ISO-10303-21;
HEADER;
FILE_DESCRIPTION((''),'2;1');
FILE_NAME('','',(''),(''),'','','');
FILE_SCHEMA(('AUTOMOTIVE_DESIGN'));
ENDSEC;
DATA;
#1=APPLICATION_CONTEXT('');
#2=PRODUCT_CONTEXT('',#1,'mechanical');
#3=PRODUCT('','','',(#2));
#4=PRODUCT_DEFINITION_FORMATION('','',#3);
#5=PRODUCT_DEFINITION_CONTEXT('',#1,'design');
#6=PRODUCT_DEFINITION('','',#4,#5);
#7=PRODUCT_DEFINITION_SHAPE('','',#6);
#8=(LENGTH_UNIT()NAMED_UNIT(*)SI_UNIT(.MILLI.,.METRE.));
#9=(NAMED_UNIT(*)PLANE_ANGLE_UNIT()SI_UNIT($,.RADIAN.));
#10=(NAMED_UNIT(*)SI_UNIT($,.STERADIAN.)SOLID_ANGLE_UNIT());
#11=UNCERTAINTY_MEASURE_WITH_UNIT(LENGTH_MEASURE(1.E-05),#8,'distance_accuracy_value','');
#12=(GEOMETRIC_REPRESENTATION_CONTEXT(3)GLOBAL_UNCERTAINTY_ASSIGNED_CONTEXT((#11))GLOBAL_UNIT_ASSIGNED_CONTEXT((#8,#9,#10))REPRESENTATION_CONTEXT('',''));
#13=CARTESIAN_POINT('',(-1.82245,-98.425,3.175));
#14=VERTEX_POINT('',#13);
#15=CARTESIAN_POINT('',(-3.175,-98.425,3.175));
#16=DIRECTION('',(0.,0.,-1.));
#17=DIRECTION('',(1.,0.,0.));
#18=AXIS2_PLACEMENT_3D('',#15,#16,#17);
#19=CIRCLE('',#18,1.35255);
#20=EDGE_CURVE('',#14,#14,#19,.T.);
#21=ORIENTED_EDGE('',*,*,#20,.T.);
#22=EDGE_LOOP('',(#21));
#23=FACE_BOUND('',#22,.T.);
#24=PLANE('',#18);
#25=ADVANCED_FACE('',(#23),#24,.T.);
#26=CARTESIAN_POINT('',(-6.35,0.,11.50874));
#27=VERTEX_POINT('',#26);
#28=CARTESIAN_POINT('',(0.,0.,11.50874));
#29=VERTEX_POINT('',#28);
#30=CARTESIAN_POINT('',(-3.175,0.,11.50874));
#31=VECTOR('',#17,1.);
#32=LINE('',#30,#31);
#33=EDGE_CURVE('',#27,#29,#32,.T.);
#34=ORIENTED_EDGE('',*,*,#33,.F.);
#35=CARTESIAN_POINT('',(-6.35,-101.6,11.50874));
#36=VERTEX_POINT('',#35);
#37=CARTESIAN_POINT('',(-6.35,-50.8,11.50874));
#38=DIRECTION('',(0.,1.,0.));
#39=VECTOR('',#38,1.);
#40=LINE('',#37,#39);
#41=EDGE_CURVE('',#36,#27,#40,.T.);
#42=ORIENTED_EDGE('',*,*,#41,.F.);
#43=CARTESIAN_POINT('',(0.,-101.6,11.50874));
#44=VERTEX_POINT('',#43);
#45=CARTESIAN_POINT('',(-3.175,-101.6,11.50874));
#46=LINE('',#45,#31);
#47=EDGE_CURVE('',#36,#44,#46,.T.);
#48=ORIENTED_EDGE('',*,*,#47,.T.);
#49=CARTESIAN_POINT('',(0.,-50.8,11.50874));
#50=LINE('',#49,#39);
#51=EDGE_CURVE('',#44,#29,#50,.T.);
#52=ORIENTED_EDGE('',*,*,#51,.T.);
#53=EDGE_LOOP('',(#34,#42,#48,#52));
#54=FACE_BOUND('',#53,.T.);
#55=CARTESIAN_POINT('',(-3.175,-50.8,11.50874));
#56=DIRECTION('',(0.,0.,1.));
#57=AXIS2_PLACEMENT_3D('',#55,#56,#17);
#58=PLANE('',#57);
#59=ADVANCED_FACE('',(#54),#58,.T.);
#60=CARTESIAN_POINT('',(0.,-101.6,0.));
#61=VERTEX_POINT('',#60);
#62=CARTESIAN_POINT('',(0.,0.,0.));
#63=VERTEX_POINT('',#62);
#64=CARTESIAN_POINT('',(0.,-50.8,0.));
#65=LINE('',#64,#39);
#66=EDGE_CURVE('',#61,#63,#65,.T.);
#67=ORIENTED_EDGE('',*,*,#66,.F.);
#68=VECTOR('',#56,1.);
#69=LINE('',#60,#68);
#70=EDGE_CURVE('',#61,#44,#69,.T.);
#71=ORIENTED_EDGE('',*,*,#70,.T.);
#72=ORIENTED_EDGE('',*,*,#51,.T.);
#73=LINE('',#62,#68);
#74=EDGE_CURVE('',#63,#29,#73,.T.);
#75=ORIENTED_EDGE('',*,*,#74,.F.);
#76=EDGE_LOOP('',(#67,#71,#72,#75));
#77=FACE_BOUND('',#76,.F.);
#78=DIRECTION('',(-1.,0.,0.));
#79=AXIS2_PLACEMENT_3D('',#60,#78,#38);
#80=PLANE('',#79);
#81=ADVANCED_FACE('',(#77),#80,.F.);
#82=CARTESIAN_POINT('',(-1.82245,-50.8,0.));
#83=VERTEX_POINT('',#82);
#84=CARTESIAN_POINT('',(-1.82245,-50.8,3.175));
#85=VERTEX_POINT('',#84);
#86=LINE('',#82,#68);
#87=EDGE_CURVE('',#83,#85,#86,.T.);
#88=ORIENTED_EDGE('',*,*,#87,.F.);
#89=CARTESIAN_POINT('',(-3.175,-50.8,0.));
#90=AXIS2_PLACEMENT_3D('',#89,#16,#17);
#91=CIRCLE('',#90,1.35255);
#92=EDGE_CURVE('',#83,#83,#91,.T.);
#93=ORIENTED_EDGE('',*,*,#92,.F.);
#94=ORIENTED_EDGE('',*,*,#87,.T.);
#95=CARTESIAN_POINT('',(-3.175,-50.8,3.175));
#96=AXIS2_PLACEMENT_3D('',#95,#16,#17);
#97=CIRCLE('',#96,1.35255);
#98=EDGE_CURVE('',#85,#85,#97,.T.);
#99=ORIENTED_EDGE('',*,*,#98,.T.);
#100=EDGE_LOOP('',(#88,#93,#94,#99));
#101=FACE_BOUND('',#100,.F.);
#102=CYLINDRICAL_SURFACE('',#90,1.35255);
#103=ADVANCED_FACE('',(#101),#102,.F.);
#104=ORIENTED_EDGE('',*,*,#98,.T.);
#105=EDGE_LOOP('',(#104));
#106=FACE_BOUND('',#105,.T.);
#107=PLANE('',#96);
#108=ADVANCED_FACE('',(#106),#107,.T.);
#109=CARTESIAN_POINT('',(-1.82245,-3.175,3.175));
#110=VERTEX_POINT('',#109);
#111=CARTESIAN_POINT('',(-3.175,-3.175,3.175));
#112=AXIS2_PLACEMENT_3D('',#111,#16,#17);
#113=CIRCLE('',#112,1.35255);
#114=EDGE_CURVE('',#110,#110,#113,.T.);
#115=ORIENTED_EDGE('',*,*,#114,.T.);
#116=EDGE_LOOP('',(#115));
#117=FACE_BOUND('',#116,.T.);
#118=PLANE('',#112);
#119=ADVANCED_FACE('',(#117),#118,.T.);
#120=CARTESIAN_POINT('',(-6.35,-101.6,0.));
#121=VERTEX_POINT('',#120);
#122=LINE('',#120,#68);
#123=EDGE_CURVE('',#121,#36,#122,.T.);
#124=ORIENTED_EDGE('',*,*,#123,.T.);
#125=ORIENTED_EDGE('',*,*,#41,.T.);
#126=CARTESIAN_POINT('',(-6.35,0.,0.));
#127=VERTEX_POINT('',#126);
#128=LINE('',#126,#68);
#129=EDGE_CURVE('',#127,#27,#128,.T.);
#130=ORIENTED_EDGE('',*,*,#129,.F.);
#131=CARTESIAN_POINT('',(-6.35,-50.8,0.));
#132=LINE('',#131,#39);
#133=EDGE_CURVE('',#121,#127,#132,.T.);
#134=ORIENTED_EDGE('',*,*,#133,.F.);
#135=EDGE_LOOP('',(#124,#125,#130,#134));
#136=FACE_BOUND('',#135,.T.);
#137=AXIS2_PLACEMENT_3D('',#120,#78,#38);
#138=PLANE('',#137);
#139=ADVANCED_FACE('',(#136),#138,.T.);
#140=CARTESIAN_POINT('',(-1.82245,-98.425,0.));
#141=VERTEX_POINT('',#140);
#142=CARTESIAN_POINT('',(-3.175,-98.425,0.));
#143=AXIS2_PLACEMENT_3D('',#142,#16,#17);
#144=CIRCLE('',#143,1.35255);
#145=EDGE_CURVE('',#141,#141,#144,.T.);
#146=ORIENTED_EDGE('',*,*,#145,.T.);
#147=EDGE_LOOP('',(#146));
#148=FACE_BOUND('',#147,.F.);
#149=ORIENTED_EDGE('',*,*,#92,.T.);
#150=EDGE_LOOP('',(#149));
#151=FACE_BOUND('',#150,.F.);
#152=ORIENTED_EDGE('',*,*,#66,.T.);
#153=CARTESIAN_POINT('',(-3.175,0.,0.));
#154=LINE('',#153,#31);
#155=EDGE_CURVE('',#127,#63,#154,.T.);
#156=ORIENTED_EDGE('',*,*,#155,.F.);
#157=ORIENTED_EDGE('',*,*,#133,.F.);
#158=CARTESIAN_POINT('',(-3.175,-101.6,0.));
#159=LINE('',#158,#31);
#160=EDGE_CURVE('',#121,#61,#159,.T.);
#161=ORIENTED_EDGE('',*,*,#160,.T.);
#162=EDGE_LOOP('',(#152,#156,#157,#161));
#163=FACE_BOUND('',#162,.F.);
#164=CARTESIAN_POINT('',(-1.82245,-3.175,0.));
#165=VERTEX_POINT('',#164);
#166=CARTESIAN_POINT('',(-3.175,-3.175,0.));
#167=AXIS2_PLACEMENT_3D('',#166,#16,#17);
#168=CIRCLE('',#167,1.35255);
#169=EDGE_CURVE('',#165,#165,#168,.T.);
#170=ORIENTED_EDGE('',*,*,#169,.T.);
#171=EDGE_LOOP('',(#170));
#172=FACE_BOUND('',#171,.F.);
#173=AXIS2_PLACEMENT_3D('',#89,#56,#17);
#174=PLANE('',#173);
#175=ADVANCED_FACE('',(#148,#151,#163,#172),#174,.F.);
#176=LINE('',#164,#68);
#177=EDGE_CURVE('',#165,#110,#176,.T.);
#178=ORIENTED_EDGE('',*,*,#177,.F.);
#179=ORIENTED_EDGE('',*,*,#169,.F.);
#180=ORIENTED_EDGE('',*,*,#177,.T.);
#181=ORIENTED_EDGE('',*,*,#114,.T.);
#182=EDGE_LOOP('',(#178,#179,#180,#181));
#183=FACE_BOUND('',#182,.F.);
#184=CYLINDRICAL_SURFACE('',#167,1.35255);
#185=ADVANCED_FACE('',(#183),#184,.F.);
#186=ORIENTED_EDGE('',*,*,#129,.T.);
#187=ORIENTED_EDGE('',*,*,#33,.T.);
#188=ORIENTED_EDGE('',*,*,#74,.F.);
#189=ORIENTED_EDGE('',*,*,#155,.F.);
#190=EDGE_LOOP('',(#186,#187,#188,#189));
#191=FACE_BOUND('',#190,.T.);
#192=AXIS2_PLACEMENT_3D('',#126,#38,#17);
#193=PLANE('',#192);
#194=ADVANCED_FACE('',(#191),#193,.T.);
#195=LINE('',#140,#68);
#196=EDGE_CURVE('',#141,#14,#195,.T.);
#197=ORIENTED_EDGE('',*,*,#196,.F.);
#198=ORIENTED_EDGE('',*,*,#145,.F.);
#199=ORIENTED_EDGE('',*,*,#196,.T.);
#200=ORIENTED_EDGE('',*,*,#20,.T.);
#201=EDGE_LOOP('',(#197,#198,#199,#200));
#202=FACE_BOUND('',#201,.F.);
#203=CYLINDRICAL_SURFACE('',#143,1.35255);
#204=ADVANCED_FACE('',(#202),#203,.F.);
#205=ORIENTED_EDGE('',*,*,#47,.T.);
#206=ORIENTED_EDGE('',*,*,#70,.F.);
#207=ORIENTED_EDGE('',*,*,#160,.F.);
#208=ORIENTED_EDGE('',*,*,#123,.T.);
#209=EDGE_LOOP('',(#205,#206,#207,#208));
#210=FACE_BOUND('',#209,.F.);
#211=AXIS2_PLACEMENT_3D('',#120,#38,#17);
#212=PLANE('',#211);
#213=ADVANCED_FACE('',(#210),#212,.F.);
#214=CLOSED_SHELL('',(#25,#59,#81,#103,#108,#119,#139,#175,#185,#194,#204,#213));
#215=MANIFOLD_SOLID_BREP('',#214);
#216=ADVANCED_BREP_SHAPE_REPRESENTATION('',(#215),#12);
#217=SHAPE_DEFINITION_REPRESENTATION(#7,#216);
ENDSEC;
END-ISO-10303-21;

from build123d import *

# Parameters (mm, degrees)
F0_W     = 6.35
F0_H     = 101.6
F1_DEPTH = 11.50874
F2_R     = 1.35255
F3_DEPTH = 3.175


with BuildPart() as f1:
    # F0 (on Top) → F1 (new body)
    with BuildSketch(Plane.XY):
        with Locations((-3.175, -50.8)):
            Rectangle(F0_W, F0_H)
    extrude(amount=F1_DEPTH)

    # F2 (on face) → F3 (cut)
    with BuildSketch(Plane(origin=(0, 0, 0), x_dir=(1, 0, 0), z_dir=(0, 0, -1))):
        with Locations((-3.175, 98.425)):
            Circle(F2_R)
        with Locations((-3.175, 50.8)):
            Circle(F2_R)
        with Locations((-3.175, 3.175)):
            Circle(F2_R)
    extrude(amount=-F3_DEPTH, mode=Mode.SUBTRACT)


solid = f1.part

= Task brief =
Give an exact copy of the lines above from the line with "#159=LINE('',#158,#31);" up to and including the line with "#181=ORIENTED_EDGE('',*,*,#114,.T.);", and leave everything else out.

= Response below =
#159=LINE('',#158,#31);
#160=EDGE_CURVE('',#121,#61,#159,.T.);
#161=ORIENTED_EDGE('',*,*,#160,.T.);
#162=EDGE_LOOP('',(#152,#156,#157,#161));
#163=FACE_BOUND('',#162,.F.);
#164=CARTESIAN_POINT('',(-1.82245,-3.175,0.));
#165=VERTEX_POINT('',#164);
#166=CARTESIAN_POINT('',(-3.175,-3.175,0.));
#167=AXIS2_PLACEMENT_3D('',#166,#16,#17);
#168=CIRCLE('',#167,1.35255);
#169=EDGE_CURVE('',#165,#165,#168,.T.);
#170=ORIENTED_EDGE('',*,*,#169,.T.);
#171=EDGE_LOOP('',(#170));
#172=FACE_BOUND('',#171,.F.);
#173=AXIS2_PLACEMENT_3D('',#89,#56,#17);
#174=PLANE('',#173);
#175=ADVANCED_FACE('',(#148,#151,#163,#172),#174,.F.);
#176=LINE('',#164,#68);
#177=EDGE_CURVE('',#165,#110,#176,.T.);
#178=ORIENTED_EDGE('',*,*,#177,.F.);
#179=ORIENTED_EDGE('',*,*,#169,.F.);
#180=ORIENTED_EDGE('',*,*,#177,.T.);
#181=ORIENTED_EDGE('',*,*,#114,.T.);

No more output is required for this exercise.